Zum Namen heißt es seitens der Post, man wolle eine „Bank für 99 Prozent der Österreicher – digital und filial“ bieten. Konkret werden die offiziellen Postfilialen des Landes das neue Service ab Anfang April anbieten. Die Post-Partner-Standorte werden wenig später, am 4. Mai, folgen. Damit bietet man unmittelbar ein in Österreich unvergleichlich großes Filialnetz. Der Fokus im Marketing liegt dem Vernehmen nach auch genau auf dieser Offline-Präsenz.

Post-Generaldirektor: „Beste Öffnungszeiten der Branche“

„Viele Banken dünnen ihre Standorte aus – wir gehen einen anderen Weg. In unseren knapp 1800 bestehenden Geschäftsstellen bieten wir mit der bank99 ab April eine weitere posteigene Dienstleistung an und stehen mit persönlichem Service insbesondere in ländlichen Gegenden für Bank- und Finanzprodukte zur Verfügung.

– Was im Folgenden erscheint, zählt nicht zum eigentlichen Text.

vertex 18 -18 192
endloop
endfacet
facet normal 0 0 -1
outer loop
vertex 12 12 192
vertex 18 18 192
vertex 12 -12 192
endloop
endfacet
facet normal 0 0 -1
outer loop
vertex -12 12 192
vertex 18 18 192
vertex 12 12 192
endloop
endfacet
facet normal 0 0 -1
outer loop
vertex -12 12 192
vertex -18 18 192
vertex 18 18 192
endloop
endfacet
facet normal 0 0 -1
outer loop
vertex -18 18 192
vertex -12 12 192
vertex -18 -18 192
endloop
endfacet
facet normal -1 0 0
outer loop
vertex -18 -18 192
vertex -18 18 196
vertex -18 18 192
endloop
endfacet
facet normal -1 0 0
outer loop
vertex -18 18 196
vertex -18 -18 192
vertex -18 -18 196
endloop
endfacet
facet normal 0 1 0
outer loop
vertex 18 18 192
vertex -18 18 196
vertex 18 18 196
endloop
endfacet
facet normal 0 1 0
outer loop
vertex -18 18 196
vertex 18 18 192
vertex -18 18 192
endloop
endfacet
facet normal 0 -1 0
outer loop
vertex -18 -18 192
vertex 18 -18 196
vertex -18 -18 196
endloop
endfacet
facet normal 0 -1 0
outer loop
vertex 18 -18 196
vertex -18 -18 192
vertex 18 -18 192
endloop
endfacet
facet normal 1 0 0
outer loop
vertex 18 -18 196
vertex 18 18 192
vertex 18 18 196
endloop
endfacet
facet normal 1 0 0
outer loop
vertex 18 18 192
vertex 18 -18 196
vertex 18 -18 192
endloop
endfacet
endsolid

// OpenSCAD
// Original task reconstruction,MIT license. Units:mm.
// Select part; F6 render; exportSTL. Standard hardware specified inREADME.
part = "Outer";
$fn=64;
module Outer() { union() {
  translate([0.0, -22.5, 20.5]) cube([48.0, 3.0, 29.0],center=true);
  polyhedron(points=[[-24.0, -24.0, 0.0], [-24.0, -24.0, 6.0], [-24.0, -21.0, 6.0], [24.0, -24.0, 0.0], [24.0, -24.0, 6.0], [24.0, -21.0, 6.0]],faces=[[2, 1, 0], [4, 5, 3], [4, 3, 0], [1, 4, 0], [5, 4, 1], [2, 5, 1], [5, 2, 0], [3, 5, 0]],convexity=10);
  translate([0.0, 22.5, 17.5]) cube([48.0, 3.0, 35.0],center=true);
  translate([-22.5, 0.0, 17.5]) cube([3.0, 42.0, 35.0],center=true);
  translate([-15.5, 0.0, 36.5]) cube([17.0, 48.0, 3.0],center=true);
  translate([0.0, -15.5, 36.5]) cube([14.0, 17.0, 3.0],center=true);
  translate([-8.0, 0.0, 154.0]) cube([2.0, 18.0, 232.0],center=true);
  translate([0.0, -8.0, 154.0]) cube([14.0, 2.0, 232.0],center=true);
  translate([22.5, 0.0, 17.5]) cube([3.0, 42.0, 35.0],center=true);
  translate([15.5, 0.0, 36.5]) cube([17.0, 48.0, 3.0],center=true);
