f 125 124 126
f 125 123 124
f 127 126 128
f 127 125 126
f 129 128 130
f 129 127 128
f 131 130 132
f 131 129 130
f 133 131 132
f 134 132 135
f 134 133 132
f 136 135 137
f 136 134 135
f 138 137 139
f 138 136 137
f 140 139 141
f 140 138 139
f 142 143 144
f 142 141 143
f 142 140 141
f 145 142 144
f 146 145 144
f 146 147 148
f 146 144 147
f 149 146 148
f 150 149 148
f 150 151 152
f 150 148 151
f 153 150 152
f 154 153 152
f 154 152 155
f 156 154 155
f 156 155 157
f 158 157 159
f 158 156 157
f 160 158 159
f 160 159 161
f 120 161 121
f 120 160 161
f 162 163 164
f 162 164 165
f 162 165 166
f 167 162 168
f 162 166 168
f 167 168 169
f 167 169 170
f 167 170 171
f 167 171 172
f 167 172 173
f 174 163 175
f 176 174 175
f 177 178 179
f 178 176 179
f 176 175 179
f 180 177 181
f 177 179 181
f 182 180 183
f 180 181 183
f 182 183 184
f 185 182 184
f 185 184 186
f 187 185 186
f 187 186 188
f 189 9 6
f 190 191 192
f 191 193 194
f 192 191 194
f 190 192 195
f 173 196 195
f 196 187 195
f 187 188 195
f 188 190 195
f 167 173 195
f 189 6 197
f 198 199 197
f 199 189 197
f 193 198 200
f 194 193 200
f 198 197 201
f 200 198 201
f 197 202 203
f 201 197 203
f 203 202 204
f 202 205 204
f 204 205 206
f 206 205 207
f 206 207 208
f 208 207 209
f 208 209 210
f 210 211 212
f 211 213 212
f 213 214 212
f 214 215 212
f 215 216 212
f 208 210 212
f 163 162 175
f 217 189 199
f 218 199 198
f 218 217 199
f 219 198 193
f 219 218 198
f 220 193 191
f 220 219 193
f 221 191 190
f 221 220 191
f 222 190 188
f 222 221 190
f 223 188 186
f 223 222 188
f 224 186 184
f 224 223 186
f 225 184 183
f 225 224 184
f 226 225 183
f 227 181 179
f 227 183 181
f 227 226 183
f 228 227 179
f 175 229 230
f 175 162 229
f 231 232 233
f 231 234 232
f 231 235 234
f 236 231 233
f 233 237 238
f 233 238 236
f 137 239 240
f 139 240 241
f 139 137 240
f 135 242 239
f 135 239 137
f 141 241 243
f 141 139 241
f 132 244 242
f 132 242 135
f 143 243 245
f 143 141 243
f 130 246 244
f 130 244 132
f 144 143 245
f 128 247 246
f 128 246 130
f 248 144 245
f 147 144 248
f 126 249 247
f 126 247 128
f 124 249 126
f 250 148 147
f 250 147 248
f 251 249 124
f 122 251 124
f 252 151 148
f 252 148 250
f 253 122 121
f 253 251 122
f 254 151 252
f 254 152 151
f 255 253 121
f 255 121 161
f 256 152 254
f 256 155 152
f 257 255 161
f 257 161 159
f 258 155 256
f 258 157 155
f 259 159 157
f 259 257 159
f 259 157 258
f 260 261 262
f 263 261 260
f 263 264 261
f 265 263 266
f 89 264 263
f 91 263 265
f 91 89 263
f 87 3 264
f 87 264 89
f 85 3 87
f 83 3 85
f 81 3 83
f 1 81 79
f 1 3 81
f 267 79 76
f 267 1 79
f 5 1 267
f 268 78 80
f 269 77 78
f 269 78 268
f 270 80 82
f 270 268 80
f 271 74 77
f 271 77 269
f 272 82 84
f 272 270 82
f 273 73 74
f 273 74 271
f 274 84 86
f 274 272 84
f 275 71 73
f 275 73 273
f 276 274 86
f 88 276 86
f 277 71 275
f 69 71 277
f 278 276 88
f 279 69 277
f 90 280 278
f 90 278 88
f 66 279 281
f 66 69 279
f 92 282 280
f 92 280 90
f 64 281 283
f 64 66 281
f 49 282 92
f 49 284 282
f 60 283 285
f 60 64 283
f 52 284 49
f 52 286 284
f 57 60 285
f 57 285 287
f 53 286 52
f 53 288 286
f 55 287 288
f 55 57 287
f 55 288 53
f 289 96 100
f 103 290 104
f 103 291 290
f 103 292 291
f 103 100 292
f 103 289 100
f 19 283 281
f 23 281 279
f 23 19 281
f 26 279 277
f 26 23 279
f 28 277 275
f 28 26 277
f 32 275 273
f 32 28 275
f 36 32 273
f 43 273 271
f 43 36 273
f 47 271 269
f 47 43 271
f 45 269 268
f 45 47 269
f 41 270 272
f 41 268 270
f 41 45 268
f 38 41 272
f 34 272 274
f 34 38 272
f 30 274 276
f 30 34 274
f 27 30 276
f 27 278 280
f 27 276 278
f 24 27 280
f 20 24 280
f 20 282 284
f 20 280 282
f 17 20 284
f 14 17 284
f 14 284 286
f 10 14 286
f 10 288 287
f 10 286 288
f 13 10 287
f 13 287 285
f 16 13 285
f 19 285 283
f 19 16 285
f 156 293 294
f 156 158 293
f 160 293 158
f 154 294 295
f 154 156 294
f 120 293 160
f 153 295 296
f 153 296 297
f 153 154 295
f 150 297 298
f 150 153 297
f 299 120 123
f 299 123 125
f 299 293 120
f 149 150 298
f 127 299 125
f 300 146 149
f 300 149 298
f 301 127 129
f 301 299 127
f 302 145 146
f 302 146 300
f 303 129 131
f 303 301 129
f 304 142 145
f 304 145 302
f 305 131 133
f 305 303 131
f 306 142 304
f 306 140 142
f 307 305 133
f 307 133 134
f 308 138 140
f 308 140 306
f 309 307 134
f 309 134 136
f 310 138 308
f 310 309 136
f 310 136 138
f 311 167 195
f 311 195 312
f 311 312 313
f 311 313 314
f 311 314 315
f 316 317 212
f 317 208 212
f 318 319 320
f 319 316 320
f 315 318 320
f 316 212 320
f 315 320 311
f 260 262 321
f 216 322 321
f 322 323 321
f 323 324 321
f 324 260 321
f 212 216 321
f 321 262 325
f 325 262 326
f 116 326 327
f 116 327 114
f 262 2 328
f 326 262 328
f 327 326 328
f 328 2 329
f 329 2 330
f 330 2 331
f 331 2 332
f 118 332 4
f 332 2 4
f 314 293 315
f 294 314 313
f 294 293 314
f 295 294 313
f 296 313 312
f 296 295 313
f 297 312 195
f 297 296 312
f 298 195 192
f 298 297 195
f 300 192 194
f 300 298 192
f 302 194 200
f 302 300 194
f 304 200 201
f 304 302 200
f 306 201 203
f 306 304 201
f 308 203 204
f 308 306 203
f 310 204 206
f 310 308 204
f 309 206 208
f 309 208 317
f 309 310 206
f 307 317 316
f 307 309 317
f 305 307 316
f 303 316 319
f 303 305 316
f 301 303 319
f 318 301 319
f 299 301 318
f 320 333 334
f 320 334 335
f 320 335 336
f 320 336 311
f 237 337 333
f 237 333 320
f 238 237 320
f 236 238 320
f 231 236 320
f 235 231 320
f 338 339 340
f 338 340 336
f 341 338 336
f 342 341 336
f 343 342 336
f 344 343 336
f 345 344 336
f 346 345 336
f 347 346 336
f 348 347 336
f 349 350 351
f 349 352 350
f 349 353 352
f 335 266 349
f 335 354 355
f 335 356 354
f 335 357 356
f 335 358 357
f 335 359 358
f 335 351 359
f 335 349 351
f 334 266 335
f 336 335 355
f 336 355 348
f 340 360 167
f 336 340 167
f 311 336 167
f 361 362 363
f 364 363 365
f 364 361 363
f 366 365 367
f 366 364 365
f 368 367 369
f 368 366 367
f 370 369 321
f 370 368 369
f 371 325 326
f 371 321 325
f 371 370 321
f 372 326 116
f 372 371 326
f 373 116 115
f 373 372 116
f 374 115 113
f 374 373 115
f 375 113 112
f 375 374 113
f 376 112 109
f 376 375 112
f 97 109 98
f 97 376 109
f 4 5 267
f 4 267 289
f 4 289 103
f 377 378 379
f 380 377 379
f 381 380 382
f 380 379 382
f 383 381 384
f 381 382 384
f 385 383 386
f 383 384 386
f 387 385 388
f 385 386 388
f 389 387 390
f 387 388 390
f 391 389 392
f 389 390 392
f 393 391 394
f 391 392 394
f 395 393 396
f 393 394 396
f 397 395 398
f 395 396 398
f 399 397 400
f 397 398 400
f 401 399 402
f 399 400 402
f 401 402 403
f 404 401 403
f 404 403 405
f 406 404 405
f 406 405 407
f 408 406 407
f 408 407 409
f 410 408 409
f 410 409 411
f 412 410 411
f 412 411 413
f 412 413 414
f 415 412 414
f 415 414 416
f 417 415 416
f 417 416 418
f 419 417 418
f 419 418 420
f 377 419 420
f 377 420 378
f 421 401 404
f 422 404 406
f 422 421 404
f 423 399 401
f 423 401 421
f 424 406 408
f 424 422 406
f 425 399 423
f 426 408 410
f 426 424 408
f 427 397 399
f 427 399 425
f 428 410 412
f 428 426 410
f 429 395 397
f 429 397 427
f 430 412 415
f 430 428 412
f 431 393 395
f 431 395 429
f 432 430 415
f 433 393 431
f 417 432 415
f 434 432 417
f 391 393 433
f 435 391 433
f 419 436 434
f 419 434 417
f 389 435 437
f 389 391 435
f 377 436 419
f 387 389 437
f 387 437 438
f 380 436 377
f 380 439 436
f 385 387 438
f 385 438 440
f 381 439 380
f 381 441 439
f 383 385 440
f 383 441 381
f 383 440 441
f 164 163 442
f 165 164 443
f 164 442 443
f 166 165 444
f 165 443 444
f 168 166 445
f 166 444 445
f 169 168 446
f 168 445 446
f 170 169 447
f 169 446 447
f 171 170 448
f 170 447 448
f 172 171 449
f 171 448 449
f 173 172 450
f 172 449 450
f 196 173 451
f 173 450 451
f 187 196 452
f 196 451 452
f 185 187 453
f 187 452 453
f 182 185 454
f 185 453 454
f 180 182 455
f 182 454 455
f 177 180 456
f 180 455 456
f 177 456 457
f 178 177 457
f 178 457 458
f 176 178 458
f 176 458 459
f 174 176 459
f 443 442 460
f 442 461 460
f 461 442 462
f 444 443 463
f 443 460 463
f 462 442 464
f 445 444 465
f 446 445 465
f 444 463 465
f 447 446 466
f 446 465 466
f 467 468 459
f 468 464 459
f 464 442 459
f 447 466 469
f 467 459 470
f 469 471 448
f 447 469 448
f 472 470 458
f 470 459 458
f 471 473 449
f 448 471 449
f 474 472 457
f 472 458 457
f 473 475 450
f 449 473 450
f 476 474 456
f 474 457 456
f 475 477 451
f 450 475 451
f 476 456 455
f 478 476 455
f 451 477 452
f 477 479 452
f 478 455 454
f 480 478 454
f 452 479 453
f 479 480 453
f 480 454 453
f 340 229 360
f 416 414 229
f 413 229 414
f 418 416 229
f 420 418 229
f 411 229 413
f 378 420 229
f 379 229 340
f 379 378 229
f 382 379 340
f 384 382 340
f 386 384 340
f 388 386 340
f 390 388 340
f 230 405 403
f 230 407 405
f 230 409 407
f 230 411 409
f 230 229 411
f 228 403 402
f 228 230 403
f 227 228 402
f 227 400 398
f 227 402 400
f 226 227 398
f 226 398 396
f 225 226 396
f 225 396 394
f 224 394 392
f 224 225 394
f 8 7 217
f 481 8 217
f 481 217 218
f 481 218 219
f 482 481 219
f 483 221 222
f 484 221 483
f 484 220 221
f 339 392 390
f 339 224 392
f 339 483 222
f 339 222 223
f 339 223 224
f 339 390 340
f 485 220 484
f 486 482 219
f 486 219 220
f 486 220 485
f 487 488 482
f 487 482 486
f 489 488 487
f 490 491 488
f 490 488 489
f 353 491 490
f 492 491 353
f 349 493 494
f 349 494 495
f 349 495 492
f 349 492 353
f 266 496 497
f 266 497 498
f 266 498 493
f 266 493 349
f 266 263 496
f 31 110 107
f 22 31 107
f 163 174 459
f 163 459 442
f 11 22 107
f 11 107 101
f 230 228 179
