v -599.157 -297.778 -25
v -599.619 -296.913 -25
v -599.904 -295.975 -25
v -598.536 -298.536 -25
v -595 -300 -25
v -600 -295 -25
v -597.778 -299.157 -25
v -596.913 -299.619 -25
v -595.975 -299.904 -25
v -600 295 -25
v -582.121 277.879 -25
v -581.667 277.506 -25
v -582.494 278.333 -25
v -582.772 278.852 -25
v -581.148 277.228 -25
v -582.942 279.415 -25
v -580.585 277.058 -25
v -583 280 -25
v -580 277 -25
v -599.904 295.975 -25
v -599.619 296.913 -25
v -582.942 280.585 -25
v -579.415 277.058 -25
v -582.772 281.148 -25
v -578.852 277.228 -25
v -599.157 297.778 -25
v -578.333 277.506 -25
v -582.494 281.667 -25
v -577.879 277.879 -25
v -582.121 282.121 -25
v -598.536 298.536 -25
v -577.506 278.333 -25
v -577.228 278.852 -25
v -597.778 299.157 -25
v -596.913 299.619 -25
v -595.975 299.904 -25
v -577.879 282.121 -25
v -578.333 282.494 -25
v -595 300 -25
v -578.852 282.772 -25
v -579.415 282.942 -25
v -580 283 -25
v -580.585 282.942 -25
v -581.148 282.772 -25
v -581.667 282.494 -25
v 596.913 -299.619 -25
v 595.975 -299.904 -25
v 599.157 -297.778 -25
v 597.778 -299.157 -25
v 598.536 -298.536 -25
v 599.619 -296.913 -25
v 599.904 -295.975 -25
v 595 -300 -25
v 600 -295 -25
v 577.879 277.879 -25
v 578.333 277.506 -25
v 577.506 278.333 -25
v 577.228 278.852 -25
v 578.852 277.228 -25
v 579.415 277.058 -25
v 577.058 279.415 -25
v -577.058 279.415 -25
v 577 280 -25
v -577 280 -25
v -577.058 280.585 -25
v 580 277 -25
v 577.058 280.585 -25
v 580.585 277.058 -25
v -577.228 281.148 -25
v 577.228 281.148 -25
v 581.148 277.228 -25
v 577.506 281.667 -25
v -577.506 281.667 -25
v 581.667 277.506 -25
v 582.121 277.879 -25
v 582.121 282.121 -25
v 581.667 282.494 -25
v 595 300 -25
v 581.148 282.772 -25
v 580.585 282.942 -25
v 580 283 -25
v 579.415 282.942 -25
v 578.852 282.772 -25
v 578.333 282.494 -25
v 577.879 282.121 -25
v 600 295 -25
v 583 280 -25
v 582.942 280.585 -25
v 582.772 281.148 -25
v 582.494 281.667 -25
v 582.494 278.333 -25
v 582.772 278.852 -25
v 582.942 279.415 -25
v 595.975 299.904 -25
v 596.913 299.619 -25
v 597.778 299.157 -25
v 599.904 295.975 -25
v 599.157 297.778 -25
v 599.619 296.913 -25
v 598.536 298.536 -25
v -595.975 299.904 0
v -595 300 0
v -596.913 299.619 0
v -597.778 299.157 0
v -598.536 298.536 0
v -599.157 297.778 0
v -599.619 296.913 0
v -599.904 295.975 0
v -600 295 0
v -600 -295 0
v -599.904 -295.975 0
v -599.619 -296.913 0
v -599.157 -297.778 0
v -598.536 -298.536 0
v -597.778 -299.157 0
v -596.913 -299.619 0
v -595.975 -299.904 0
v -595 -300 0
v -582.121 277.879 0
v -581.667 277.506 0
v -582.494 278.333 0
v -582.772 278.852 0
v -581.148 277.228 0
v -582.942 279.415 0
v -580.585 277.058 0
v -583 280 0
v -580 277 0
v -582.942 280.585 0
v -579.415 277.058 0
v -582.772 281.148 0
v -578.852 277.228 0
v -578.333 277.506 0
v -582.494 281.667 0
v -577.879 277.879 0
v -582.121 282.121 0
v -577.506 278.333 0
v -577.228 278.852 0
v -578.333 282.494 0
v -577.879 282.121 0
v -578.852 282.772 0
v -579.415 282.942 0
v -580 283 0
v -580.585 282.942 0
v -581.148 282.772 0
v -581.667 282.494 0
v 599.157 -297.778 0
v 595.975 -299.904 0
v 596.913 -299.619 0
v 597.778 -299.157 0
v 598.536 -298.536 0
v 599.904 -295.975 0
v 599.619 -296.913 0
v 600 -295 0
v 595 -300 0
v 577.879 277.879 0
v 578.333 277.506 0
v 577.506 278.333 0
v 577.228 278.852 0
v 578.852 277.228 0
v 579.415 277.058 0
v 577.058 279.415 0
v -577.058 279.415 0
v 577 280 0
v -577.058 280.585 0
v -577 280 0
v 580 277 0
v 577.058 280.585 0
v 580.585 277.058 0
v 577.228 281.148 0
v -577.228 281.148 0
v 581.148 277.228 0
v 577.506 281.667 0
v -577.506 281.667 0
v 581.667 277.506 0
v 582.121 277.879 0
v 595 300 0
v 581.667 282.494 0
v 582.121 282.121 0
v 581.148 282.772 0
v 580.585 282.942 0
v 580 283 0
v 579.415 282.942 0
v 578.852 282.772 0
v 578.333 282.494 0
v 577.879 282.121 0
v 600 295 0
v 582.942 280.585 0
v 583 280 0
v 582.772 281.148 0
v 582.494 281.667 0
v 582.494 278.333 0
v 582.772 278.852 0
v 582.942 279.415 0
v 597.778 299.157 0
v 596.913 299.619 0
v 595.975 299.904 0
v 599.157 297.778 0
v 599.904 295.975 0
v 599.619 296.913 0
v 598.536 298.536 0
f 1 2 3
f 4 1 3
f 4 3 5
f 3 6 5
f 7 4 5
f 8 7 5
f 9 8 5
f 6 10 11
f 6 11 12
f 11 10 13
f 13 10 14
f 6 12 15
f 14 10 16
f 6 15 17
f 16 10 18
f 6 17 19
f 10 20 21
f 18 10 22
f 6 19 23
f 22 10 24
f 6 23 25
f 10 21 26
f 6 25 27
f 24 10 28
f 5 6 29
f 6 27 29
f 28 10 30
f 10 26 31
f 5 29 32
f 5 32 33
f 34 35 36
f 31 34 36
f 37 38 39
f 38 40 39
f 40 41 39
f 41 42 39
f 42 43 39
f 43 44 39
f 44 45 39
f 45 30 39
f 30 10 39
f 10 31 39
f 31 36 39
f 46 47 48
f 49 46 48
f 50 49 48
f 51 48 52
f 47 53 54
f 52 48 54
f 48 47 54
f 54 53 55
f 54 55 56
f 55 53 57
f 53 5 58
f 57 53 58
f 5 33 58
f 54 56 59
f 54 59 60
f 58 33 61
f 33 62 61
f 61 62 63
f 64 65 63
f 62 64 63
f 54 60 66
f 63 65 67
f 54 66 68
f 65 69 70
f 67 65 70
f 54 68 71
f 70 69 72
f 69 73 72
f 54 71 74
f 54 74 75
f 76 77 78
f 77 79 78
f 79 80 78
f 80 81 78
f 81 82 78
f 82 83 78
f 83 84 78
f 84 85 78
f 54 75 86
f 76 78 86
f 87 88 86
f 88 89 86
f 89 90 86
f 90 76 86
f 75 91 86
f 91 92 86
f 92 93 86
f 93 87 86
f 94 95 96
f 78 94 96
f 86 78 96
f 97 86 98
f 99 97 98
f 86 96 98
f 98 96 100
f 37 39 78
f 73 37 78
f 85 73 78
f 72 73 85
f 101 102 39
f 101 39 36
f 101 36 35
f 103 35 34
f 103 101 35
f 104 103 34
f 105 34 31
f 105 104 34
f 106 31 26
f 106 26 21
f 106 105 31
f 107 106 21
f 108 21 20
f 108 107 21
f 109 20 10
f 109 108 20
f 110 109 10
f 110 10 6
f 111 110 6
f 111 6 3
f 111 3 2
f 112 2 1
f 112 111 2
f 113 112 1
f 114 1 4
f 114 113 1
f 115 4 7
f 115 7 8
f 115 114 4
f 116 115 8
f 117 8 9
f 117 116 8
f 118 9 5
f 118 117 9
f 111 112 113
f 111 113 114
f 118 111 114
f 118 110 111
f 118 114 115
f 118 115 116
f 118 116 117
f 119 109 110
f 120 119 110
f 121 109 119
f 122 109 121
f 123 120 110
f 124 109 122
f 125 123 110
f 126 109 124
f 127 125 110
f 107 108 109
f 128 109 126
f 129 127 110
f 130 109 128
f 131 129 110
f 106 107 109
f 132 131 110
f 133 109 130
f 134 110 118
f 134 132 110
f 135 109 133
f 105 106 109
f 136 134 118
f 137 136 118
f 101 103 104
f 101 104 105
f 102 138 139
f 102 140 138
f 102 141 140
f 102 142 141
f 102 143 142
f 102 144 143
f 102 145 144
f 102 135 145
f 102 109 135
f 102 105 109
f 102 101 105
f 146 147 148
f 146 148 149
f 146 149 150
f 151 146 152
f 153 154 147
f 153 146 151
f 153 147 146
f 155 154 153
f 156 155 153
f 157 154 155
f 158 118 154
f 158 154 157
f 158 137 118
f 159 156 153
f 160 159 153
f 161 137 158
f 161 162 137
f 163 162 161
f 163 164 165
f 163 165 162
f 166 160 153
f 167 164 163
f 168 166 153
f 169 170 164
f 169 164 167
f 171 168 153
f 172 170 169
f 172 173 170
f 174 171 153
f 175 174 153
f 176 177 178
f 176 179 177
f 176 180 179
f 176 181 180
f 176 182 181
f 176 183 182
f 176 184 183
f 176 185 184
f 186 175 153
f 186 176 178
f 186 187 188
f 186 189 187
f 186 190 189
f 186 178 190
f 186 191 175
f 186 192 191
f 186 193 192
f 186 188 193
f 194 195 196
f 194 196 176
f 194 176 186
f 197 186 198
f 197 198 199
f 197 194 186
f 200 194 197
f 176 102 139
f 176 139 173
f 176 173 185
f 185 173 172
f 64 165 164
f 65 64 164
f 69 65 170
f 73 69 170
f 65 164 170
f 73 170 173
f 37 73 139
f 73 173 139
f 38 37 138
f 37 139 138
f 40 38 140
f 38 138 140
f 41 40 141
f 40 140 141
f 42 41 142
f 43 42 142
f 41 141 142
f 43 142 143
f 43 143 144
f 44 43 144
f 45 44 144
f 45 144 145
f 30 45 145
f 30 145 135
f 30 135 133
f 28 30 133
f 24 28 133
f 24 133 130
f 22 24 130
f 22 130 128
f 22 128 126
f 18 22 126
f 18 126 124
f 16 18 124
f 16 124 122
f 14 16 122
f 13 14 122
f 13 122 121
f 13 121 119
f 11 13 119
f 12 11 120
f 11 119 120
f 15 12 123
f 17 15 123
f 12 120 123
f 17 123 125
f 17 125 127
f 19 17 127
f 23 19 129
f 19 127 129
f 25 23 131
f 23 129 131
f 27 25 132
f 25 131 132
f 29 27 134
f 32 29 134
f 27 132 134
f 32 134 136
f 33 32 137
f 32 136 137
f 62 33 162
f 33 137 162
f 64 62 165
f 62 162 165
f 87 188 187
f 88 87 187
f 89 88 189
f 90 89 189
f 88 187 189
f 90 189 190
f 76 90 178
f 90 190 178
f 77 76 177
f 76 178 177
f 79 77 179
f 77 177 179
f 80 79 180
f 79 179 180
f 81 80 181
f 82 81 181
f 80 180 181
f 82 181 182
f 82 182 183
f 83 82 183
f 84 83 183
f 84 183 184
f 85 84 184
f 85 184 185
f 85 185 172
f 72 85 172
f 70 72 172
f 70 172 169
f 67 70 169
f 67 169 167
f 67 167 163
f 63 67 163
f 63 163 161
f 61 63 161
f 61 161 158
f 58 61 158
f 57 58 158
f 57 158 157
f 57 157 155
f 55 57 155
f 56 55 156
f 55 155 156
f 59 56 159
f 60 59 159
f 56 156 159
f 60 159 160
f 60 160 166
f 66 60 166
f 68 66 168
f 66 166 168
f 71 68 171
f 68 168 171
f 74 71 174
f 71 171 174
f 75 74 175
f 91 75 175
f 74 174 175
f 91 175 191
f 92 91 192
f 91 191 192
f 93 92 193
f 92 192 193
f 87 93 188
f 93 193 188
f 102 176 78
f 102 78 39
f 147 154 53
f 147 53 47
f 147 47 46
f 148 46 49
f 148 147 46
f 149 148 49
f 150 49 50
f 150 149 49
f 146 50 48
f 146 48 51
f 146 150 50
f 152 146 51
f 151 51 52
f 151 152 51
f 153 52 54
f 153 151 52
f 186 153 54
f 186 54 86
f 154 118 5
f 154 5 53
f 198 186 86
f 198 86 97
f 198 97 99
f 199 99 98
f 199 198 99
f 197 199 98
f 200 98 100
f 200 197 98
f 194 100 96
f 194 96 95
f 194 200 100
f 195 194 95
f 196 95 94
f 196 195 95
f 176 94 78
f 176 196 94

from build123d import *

# Parameters (mm, degrees)
BOSS_EXTRUDE1_DEPTH = 25
SKETCH2_R           = 3
CUT_EXTRUDE1_DEPTH  = 27.5


with BuildPart() as part:
    # Sketch1 → Boss-Extrude1 (new body)
    with BuildSketch(Plane.XY):
        with BuildLine():
            Line((-595, -300), (595, -300))
            ThreePointArc((595, -300), (598.535533906, -298.535533906), (600, -295))
            Line((600, -295), (600, 295))
            ThreePointArc((600, 295), (598.535533906, 298.535533906), (595, 300))
            Line((595, 300), (-595, 300))
            ThreePointArc((-595, 300), (-598.535533906, 298.535533906), (-600, 295))
            Line((-600, 295), (-600, -295))
            ThreePointArc((-600, -295), (-598.535533906, -298.535533906), (-595, -300))
        make_face()
    extrude(amount=-BOSS_EXTRUDE1_DEPTH)

    # Sketch2 → Cut-Extrude1 (cut)
    with BuildSketch(Plane.XY):
        with Locations((580, 280)):
            Circle(SKETCH2_R)
        with Locations((-580, 280)):
            Circle(SKETCH2_R)
    extrude(amount=-CUT_EXTRUDE1_DEPTH, mode=Mode.SUBTRACT)


solid = part.part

Und wir werden die besten Öffnungszeiten der Branche haben“, sagt dazu Post-Generaldirektor Georg Pölzl.

Digital-Angebot noch nicht kommuniziert

Zu Beginn will man ein „fokussiertes Angebot“ bieten, bestehend aus Girokonten, Zahlungsverkehr, Kreditkarten, Debitkarten und Sparprodukten. Wie das digitale Angebot, auf das mehrfach hingewiesen wird, genau aussehen wird, wurde bislang noch nicht kommuniziert. Auf der Page der neuen Bank kann man sich derzeit nur für einen Newsletter eintragen.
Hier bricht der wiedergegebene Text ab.